One of the reasons we work is to obtain the means to do nice things with
family. E.g. travelling to some beautiful mountain range and enjoying it
together. Family life becomes better with variety and new experiences.

We should draw the line at somewhere. If we are working ten hour days six days
a week, we have lost balance. Unfortunately, the income distribution seems to
become so bad that a considerable amount of the population can do nothing else
than to work.

------
visakanv
I've always been bothered by what I call this 'life-perspective problem", and
of course, I'm always bothered more when something horrible like this happens.
(The preceding statement has its own problem buried in it- because something
horrible is always happening, at every second.)

I've spoken about it in other forms- "procrastination should be solved by
lighting fires, not filling buckets" and so on. There is powerful emotional
energy to be harnessed, but a lot of us (maybe just me, but clearly others
too) have no idea how to manipulate it effectively, so we typically go without
it. When we do get a flash of inspiration, the energy needs to go into a
system where it generates something lasting- otherwise we just get the one-off
blogpost or product that doesn't go anywhere. We get tired and everyday life
dehumanizes us again.

It's the same central idea: Can we modify our circumstances and environment
such that they remind us of the things that matter, in a way that disrupts us
from settling into sub-optimal comfort zones?

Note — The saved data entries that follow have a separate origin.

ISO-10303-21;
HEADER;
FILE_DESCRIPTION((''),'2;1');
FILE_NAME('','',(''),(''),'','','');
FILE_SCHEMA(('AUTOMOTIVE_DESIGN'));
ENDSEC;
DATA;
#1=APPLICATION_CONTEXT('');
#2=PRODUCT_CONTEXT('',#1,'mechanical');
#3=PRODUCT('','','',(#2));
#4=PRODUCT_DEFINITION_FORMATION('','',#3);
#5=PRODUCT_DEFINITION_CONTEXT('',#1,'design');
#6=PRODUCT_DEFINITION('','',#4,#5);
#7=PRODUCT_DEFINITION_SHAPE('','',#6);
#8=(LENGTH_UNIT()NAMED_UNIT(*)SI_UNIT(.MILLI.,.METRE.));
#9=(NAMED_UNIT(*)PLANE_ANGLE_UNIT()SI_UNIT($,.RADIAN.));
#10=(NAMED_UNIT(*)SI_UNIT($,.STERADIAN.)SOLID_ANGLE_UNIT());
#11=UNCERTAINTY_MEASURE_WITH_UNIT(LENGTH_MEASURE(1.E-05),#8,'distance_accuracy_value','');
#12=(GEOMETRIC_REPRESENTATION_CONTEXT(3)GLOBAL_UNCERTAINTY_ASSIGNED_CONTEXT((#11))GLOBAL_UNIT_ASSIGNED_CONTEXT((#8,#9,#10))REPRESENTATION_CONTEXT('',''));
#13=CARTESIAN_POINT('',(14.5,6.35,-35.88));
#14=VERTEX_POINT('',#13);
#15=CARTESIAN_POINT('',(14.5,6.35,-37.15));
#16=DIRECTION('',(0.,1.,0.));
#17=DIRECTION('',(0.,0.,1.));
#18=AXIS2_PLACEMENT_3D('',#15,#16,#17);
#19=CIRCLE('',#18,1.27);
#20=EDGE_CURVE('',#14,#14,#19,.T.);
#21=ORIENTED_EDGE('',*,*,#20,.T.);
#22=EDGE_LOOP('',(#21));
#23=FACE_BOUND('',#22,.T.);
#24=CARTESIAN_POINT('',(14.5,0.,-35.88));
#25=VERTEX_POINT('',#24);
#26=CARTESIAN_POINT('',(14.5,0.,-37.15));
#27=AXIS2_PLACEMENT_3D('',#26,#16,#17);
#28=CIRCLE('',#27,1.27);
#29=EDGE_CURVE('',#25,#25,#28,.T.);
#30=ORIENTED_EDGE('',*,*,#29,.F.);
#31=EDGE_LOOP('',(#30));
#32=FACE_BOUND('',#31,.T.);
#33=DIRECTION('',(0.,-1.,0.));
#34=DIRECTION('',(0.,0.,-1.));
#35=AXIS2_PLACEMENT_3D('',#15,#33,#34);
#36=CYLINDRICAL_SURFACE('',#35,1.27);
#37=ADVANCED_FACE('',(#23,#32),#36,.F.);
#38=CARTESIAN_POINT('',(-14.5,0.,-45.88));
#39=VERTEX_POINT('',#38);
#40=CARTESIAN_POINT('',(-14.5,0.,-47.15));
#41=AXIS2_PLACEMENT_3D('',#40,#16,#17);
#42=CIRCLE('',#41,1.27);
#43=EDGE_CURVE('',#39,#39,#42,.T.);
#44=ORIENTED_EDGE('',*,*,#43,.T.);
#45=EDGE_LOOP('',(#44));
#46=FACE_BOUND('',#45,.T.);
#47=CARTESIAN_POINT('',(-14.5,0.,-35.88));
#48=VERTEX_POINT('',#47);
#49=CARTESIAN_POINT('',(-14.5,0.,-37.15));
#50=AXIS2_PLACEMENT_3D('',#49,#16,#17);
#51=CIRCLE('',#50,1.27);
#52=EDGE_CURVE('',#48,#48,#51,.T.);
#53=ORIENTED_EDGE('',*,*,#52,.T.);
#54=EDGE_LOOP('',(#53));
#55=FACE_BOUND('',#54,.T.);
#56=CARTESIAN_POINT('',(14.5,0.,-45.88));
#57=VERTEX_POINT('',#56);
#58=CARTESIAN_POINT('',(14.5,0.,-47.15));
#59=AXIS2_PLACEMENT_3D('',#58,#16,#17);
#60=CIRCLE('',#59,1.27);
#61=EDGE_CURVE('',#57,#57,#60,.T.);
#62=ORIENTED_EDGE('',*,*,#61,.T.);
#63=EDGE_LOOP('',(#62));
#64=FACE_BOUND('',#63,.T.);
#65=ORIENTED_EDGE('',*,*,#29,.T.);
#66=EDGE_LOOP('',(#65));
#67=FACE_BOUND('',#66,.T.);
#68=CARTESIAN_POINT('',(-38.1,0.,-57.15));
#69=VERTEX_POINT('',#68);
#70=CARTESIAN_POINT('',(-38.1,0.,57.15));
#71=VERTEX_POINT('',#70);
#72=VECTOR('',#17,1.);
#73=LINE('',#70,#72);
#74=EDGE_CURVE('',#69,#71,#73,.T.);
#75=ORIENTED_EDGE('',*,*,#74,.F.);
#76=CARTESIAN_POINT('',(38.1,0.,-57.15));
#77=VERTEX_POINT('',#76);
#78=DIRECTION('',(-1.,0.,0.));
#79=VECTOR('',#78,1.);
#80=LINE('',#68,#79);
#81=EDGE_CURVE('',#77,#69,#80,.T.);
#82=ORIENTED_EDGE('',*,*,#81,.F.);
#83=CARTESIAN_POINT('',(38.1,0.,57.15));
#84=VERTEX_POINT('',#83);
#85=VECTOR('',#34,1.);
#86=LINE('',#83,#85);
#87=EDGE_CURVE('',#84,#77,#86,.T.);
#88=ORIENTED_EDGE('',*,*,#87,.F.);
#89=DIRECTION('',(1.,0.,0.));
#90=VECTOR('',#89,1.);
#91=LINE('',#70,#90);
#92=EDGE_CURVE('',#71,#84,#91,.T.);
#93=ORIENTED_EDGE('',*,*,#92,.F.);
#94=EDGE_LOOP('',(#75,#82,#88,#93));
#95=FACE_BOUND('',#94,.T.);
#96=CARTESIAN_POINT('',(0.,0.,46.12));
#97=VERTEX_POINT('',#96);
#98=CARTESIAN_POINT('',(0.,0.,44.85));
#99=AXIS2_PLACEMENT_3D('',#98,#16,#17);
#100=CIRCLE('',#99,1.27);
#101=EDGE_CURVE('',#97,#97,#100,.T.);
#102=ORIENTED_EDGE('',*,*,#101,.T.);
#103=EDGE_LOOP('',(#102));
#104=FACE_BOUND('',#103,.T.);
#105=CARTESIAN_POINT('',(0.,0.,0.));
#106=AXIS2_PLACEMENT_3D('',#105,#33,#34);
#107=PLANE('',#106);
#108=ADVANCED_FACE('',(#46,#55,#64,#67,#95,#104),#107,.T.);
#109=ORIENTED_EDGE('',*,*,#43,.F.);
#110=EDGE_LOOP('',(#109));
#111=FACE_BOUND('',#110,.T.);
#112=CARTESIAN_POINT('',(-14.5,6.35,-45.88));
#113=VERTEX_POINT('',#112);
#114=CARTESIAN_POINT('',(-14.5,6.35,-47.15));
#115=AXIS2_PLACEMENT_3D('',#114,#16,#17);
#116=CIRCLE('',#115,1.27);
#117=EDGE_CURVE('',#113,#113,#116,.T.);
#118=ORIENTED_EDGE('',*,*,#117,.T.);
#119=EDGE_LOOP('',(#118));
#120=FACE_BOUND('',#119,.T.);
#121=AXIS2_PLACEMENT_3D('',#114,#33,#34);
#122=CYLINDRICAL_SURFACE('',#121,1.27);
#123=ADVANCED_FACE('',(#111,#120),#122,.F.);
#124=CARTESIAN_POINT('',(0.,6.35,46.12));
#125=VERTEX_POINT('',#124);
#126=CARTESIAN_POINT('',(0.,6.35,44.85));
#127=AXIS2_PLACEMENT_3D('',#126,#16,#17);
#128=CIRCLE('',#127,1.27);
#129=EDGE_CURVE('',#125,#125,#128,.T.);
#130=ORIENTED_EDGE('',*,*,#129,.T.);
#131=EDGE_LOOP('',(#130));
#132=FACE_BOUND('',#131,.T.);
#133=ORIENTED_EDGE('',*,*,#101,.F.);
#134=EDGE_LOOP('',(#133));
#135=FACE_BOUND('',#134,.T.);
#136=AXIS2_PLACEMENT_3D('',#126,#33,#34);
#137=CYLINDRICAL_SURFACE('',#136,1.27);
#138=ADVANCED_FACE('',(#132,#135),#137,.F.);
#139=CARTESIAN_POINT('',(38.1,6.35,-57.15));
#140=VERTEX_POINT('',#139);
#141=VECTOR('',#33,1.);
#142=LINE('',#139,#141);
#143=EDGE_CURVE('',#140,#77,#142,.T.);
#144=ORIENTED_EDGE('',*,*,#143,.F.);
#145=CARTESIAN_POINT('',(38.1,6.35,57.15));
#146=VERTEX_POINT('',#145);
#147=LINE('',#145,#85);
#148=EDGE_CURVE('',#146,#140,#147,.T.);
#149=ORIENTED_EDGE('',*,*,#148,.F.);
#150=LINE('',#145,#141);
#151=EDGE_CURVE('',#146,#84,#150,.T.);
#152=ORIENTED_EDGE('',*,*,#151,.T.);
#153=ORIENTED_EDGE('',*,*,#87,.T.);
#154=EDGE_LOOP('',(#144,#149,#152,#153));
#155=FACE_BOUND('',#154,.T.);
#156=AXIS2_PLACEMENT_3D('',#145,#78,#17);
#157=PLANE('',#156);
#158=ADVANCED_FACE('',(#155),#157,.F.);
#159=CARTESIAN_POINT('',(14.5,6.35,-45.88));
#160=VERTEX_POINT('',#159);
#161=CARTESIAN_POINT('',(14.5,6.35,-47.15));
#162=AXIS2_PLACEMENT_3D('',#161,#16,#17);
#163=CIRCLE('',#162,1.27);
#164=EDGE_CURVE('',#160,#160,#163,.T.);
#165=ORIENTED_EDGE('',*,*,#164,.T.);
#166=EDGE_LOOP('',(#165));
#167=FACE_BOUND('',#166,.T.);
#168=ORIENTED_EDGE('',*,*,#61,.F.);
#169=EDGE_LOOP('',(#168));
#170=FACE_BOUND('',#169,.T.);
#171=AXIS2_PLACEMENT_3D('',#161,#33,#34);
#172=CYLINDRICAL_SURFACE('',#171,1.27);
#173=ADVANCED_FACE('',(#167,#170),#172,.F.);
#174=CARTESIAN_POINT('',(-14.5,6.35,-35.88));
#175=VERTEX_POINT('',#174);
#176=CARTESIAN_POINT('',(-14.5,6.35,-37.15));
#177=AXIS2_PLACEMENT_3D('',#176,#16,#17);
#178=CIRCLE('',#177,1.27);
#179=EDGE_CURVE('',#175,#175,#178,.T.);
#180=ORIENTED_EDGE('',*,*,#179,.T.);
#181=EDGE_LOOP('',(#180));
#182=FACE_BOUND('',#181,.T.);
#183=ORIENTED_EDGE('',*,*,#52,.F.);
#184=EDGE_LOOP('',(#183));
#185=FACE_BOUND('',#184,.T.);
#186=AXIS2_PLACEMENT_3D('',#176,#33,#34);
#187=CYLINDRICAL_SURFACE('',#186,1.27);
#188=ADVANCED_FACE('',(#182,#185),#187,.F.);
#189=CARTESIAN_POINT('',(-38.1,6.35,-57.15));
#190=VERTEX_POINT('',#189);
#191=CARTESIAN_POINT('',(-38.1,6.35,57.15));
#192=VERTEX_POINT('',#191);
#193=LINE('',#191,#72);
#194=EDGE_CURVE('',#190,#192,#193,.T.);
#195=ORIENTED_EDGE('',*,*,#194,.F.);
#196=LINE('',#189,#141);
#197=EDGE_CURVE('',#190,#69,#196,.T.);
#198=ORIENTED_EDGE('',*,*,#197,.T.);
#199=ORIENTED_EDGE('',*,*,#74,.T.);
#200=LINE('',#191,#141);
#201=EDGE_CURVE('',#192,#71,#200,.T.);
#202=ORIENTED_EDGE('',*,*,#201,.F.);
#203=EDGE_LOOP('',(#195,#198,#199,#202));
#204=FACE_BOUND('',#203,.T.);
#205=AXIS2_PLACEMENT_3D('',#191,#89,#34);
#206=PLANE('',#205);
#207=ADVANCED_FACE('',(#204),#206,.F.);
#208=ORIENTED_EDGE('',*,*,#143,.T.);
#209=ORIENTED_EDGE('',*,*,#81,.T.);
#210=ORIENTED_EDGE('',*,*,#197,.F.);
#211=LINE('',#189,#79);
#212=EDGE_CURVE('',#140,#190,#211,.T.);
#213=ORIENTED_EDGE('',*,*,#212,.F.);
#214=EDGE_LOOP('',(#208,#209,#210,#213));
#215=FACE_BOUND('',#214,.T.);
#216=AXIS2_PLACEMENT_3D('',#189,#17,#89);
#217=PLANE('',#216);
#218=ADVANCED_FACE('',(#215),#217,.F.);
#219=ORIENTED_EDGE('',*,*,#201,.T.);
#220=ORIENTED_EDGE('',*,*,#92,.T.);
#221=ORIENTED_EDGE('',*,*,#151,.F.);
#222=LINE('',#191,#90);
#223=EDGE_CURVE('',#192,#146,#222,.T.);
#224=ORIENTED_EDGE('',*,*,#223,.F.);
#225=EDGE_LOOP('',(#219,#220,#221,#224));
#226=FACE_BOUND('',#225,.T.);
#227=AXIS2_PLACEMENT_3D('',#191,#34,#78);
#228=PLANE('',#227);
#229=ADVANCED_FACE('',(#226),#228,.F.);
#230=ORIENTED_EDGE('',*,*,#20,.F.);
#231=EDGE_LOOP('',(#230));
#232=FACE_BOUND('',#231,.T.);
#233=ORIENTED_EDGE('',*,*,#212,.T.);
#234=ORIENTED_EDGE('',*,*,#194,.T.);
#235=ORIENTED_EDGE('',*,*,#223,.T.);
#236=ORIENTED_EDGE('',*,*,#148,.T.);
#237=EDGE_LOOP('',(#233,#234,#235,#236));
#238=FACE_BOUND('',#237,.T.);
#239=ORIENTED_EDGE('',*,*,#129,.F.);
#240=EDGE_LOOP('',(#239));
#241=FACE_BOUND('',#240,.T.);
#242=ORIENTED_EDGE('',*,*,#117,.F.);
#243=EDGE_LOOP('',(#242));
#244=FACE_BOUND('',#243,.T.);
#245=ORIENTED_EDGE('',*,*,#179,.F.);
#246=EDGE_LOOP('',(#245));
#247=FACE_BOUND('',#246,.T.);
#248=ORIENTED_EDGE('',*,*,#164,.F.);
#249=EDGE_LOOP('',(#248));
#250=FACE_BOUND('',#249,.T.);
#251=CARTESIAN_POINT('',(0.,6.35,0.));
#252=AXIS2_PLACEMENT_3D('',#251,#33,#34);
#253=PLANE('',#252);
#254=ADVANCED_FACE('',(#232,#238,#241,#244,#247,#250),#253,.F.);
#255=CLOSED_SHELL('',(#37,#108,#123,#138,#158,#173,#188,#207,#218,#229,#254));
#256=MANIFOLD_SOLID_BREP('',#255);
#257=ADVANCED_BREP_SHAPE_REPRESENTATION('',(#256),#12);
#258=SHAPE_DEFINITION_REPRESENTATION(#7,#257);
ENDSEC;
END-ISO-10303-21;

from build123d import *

# Parameters (mm, degrees)
SKETCH1_W           = 76.2
SKETCH1_H           = 114.3
SKETCH1_R           = 1.27
BOSS_EXTRUDE1_DEPTH = 6.35


with BuildPart() as part:
    # Sketch1 → Boss-Extrude1 (new body)
    with BuildSketch(Plane(origin=(0, 0, 0), x_dir=(1, 0, 0), z_dir=(0, 1, 0))):
        Rectangle(SKETCH1_W, SKETCH1_H)
        with Locations(Location((-14.5, 47.15, 0), (0, 0, 270))):
            Circle(SKETCH1_R, mode=Mode.SUBTRACT)
        with Locations(Location((14.5, 47.15, 0), (0, 0, 270))):
            Circle(SKETCH1_R, mode=Mode.SUBTRACT)
        with Locations(Location((0, -44.85, 0), (0, 0, 270))):
            Circle(SKETCH1_R, mode=Mode.SUBTRACT)
        with Locations(Location((-14.5, 37.15, 0), (0, 0, 270))):
            Circle(SKETCH1_R, mode=Mode.SUBTRACT)
        with Locations(Location((14.5, 37.15, 0), (0, 0, 270))):
            Circle(SKETCH1_R, mode=Mode.SUBTRACT)
    extrude(amount=BOSS_EXTRUDE1_DEPTH)


solid = part.part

I used to think that maybe this was a self-indulgent problem that I had,
simply romanticizing the moping around, but clearly it afflicts even highly
productive and accomplished persons like Mr. Sivers. Clearly this is a broader
human problem- our inability to contextualize things, to see the bigger
broader picture except when it's too late, or when we're unexpectedly
inspired.

Is meditation the solution? I think meditation is a practice that encourages
the broadening of perspective, but I'm sure there are other ways to reach the
same destination- I'm sure we could design for it into our media, into our
daily lives.

There is some very meaningful work to be done in this "perspective/reminder"
space, but I don't know what exactly, and I don't know how to do it. But I'd
like to get involved in it somehow, someday, before it's too late.

I hope this is helpful to someone. Thanks for sharing, and thanks for reading.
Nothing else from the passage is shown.